The Book Club

Bad Religion book: Ross Douthat’s view of Christianity in America.

Orthodox Christianity is not the same as fundamentalist Christianity.

Creation Museum.
The Creation Museum in Petersburg, Ky

Jeff Haynes/AFP/Getty Images.

Will,

You’re very kind, and I’m gratified to hear that even a godless heathen like yourself found so much of interest in my argument. I try to wear two hats in Bad Religion: It’s both an attempt at a dispassionate account of how and why institutional Christianity has gone into eclipse in America across the last four or five decades, and a believing Christian’s case for why the country might be better off if a more robust and yes, traditionally orthodox form of faith made a comeback. My hope is that secular readers will be interested enough by the first half of the argument to be ever-so-slightly seduced by the second half as well—to put an ear to the church door, you might say, even if they don’t actually step inside.

I’m also gratified that you’ve zeroed in on one of the important distinctions that I try to draw. What I describe as “Christian orthodoxy” is not identical to everything that calls itself conservative Christianity in the United States, and it’s certainly not identical to Christian fundamentalism. Orthodoxy is an ancient thing, dating back to the early centuries A.D., when Christian doctrine was first codified by the various (often-fractious) councils of the Church. It includes most of what you call “the whole ball of wax”—the Trinity and the Resurrection and the Virgin Birth, the forgiveness of sins and the hope of eternal life, the authority of a particular set of sacred scriptures and a particular group of creedal statements. And it includes an adherence to the moral vision encoded in the Ten Commandments and expanded and deepened in the New Testament—the rejection of violence and cruelty, the deep suspicion of worldly wealth and power, the emphasis on chastity, monogamy, and fidelity in personal relationships.

But for all the lines that it draws and doctrines that it expounds, this small-o orthodoxy doesn’t include a lot of the ideas that many non-Christians, for understandable reasons, associate with 20th-century American religion. An orthodox faith requires believing in the divine inspiration of the Bible, for instance, but it also allows for the possibility that the biblical narrative includes other literary forms—allegory, parable, and so forth—apart from straightforward, completely historical, just-the-facts narration. It expects the second coming of Jesus Christ, but it doesn’t pretend that the Book of Revelation allows believers to map out a precise, Left Behind-style timeline for how and when that coming will play out. It certainly doesn’t pretend that there’s a single biblical answer to every question in political economy, or suggest that the Old Testament is a substitute for a science textbook (“he who would learn astronomy,” John Calvin wrote of Genesis I, “let him go elsewhere”), or read every hurricane and natural disaster through a Pat Robertston-style, “who is God punishing this time?” lens.

Bad Religion
by Ross Douthat
Simon and Schuster

These are tendencies that are associated with fundamentalism, which got its start in the late 19th and early 20th century as an attempt to defend your “whole ball of wax” against the challenge posed by Darwinism and German biblical criticism, but ended up taking Christianity into the kind of ideological cul-de-sac that we associate with Ken Ham’s Creation Museum. If orthodoxy is ancient, it’s useful to think of fundamentalism as a characteristically modern school of thought: It has the weird mix of closed-mindedness, pseudo-analytic rigor (once you’re inside the system, at least), and certain faith that History is about to vindicate its ideas that we associate with certain strains of Marxism. And in the context of my book’s argument, the fundamentalist temptation is best seen as one of the many heresies that have flourished in a society where institutional Christianity is declining but religious enthusiasm remains intense. The popularity of the Left Behind novels is just as much a sign of orthodoxy’s weakness, in this sense, as that of The Da Vinci Code or Eat, Pray, Love or any of the other more liberal-ish expressions of heresy that I try to engage with and explore.
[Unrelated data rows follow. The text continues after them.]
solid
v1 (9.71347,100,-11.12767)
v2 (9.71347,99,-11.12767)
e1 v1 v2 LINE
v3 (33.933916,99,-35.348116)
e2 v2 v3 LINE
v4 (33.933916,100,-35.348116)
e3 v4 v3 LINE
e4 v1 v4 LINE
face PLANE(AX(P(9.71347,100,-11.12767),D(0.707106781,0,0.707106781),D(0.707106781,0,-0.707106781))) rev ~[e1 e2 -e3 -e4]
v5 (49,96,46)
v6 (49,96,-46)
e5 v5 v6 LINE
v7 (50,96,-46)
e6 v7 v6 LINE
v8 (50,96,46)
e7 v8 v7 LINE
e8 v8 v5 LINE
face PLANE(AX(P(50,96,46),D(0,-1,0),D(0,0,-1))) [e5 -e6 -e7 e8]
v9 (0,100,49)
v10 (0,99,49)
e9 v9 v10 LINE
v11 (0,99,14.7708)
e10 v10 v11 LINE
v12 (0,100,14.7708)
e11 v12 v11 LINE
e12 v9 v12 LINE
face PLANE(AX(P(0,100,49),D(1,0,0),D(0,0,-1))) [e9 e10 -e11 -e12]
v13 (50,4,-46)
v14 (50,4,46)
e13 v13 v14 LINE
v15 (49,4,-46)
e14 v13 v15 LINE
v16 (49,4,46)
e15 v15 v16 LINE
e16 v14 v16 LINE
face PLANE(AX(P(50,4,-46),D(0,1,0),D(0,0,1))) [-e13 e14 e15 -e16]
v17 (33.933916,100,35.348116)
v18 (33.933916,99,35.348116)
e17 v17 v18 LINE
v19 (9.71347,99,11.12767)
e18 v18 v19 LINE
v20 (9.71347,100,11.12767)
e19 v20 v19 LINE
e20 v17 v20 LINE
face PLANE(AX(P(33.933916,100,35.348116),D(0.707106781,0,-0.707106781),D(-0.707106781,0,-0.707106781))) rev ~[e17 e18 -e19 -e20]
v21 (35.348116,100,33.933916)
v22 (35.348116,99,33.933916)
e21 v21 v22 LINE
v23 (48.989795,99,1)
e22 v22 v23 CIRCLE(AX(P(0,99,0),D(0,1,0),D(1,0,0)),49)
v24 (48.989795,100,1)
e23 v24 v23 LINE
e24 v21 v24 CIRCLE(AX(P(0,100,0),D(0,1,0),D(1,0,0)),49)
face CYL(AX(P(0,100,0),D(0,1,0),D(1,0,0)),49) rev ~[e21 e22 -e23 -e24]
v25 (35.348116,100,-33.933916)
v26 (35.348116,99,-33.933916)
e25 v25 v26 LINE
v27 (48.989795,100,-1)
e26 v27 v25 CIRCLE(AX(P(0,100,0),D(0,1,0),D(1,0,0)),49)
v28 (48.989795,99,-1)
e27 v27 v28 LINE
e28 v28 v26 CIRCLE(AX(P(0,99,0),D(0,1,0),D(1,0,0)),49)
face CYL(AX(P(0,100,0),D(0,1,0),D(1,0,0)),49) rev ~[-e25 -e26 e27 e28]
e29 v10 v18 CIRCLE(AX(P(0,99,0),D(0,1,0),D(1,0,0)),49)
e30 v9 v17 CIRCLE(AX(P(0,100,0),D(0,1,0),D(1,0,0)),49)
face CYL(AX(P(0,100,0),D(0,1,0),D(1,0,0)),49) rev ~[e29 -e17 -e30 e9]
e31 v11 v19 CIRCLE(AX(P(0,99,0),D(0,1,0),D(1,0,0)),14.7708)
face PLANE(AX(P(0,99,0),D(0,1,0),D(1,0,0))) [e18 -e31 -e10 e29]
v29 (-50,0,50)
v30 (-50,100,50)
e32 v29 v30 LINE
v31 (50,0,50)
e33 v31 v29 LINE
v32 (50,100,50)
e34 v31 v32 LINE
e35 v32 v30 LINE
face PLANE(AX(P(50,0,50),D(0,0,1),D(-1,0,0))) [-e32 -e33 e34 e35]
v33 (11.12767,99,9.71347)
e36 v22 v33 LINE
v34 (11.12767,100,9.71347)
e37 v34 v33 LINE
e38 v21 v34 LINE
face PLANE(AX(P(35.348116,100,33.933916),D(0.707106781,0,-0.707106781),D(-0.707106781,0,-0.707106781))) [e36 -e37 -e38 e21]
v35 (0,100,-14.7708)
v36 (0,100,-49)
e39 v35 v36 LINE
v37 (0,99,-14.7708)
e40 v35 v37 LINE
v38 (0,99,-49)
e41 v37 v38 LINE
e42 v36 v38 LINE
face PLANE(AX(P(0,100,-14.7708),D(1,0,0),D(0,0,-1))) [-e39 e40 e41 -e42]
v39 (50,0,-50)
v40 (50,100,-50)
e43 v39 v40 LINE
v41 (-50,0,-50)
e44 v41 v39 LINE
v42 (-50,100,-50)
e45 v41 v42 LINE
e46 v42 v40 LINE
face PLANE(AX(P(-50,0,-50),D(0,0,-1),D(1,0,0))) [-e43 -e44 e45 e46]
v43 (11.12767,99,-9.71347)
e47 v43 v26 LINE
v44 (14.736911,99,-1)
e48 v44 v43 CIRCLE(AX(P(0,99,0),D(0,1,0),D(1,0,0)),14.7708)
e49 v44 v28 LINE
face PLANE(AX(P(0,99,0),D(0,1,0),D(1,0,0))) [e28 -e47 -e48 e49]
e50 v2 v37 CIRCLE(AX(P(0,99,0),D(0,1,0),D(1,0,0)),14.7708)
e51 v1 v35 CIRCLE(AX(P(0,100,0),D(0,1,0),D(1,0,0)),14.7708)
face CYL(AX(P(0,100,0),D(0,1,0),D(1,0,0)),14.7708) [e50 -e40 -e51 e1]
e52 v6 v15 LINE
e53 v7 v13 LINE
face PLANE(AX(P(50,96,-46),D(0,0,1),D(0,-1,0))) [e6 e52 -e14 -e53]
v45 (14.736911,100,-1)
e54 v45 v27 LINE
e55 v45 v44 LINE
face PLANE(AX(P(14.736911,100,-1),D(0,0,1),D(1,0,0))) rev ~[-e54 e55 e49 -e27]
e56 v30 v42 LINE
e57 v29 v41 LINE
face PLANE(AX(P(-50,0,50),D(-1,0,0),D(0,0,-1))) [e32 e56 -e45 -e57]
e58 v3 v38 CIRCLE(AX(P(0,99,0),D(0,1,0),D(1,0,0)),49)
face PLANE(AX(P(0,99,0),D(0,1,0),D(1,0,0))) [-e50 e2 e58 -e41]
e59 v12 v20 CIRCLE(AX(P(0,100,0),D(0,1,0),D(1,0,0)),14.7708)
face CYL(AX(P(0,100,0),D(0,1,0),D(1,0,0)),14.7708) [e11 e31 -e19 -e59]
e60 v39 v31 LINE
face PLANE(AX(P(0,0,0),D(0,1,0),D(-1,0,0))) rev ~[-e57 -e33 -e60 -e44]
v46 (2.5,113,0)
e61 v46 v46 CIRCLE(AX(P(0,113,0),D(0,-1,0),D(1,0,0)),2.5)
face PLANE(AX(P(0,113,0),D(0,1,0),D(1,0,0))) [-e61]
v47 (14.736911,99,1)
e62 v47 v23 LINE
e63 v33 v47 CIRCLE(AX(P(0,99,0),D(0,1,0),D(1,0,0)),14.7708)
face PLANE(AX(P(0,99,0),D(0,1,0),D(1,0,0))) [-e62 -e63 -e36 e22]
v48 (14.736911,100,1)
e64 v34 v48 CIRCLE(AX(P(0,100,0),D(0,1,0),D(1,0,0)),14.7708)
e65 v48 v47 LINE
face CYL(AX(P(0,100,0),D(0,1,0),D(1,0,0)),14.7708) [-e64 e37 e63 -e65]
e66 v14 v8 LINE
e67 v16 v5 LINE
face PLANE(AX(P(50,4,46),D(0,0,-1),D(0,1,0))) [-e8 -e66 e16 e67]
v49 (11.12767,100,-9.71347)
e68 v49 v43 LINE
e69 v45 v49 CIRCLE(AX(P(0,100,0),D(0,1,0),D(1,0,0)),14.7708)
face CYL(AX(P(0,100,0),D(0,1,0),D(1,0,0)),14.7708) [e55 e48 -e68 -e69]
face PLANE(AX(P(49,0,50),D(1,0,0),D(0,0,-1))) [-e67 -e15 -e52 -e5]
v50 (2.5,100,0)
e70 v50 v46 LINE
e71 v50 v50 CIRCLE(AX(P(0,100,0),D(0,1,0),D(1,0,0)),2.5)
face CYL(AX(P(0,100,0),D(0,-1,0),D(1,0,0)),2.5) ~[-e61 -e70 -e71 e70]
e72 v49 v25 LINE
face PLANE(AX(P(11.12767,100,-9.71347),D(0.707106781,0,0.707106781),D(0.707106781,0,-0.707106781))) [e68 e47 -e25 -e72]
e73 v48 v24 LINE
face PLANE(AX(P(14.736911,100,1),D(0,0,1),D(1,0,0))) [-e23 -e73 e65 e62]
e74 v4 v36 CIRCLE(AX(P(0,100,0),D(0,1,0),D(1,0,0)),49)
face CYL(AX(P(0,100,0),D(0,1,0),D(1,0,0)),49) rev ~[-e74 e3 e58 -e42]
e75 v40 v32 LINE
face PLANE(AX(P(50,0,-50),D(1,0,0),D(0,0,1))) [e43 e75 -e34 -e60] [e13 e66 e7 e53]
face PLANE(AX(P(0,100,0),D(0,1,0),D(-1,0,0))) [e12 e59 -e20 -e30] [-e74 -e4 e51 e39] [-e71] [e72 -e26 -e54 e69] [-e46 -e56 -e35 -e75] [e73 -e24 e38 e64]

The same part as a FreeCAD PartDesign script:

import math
import FreeCAD as App
import Part
import Sketcher

V = App.Vector

doc = App.newDocument("Part")
body = doc.addObject("PartDesign::Body", "Body")

sketch1 = body.newObject("Sketcher::SketchObject", "Sketch")
sketch1.AttachmentSupport = (doc.getObject("XZ_Plane"), [""])
sketch1.MapMode = "FlatFace"
sketch1.addGeometry([
    Part.LineSegment(V(-50, 50, 0), V(50, 50, 0)),
    Part.LineSegment(V(50, 50, 0), V(50, -50, 0)),
    Part.LineSegment(V(50, -50, 0), V(-50, -50, 0)),
    Part.LineSegment(V(-50, -50, 0), V(-50, 50, 0)),
], False)
sketch1.addConstraint([
    Sketcher.Constraint("Coincident", 0, 2, 1, 1),
    Sketcher.Constraint("Coincident", 1, 2, 2, 1),
    Sketcher.Constraint("Coincident", 2, 2, 3, 1),
    Sketcher.Constraint("Coincident", 3, 2, 0, 1),
    Sketcher.Constraint("Horizontal", 0),
    Sketcher.Constraint("Vertical", 1),
    Sketcher.Constraint("Horizontal", 2),
    Sketcher.Constraint("Vertical", 3),
    Sketcher.Constraint("Symmetric", 0, 2, 2, 2, -1, 1),
    Sketcher.Constraint("Equal", 2, 1),
    Sketcher.Constraint("DistanceX", 0, 1, 0, 2, 100.0),
])
pad1 = body.newObject("PartDesign::Pad", "Pad")
pad1.Profile = sketch1
pad1.Length = 100
pad1.Reversed = True

sketch2 = body.newObject("Sketcher::SketchObject", "Sketch001")
sketch2.AttachmentSupport = (doc.getObject("XZ_Plane"), [""])
sketch2.MapMode = "FlatFace"
sketch2.AttachmentOffset = App.Placement(V(0, 0, -100), App.Rotation())
sketch2.addGeometry(Part.Circle(V(0, 0, 0), V(0, 0, 1), 2.5), False)
sketch2.addConstraint([
    Sketcher.Constraint("Coincident", 0, 3, -1, 1),
    Sketcher.Constraint("Diameter", 0, 5.0),
])
pad2 = body.newObject("PartDesign::Pad", "Pad001")
pad2.Profile = sketch2
pad2.Length = 13
pad2.Reversed = True

sketch3 = body.newObject("Sketcher::SketchObject", "Sketch002")
sketch3.AttachmentSupport = (doc.getObject("YZ_Plane"), [""])
sketch3.MapMode = "FlatFace"
sketch3.AttachmentOffset = App.Placement(V(0, 0, 50), App.Rotation())
sketch3.addGeometry([
    Part.LineSegment(V(4, -46, 0), V(96, -46, 0)),
    Part.LineSegment(V(96, -46, 0), V(96, 46, 0)),
    Part.LineSegment(V(96, 46, 0), V(4, 46, 0)),
    Part.LineSegment(V(4, 46, 0), V(4, -46, 0)),
], False)
sketch3.addConstraint([
    Sketcher.Constraint("Coincident", 0, 2, 1, 1),
    Sketcher.Constraint("Coincident", 1, 2, 2, 1),
    Sketcher.Constraint("Coincident", 2, 2, 3, 1),
    Sketcher.Constraint("Coincident", 3, 2, 0, 1),
    Sketcher.Constraint("Horizontal", 0),
    Sketcher.Constraint("Vertical", 1),
    Sketcher.Constraint("Horizontal", 2),
    Sketcher.Constraint("Vertical", 3),
    Sketcher.Constraint("Equal", 2, 1),
    Sketcher.Constraint("DistanceX", -1, 1, 2, 2, 4.0),
    Sketcher.Constraint("DistanceX", 0, 1, 0, 2, 92.0),
    Sketcher.Constraint("DistanceY", 0, 2, -1, 1, 46.0),
])
pocket1 = body.newObject("PartDesign::Pocket", "Pocket")
pocket1.Profile = sketch3
pocket1.Length = 1

sketch4 = body.newObject("Sketcher::SketchObject", "Sketch003")
sketch4.AttachmentSupport = (doc.getObject("XZ_Plane"), [""])
sketch4.MapMode = "FlatFace"
sketch4.AttachmentOffset = App.Placement(V(0, 0, -100), App.Rotation())
sketch4.addGeometry([
    Part.ArcOfCircle(Part.Circle(V(0, 0, 0), V(0, 0, 1), 14.7708), math.radians(-41.118078), math.radians(-3.881959)),
    Part.LineSegment(V(14.736911, -1, 0), V(48.989795, -1, 0)),
    Part.ArcOfCircle(Part.Circle(V(0, 0, 0), V(0, 0, 1), 49), math.radians(-43.830628), math.radians(-1.169383)),
    Part.LineSegment(V(35.348116, -33.933916, 0), V(11.12767, -9.71347, 0)),
    Part.LineSegment(V(48.989795, 1, 0), V(14.736911, 1, 0)),
    Part.ArcOfCircle(Part.Circle(V(0, 0, 0), V(0, 0, 1), 14.7708), math.radians(3.881959), math.radians(41.118078)),
    Part.LineSegment(V(11.12767, 9.71347, 0), V(35.348116, 33.933916, 0)),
Finally, just a quick word on your “if it feels good, don’t do it” distillation of my message. We can dig into this more as we go, but for now I’d just point out that at various times, Christianity—and particularly my own Catholicism, the faith of carousing Irishmen, hedonistic Italians, and “give me chastity, Lord, but Lord not yet” sinners in every time and place—has been scolded for being altogether too worldly, too pleasure-loving, too forgiving of the weaknesses of the flesh. If orthodoxy seems puritanical to you today, maybe it’s less because it’s inherently anti-fun and anti-feelgood than because we live in a society distinguished by such extraordinary excess—gluttonous, libidinous, avaricious—that what a different era might recognize as a healthy balance between asceticism and indulgence looks like hopeless prudishness instead.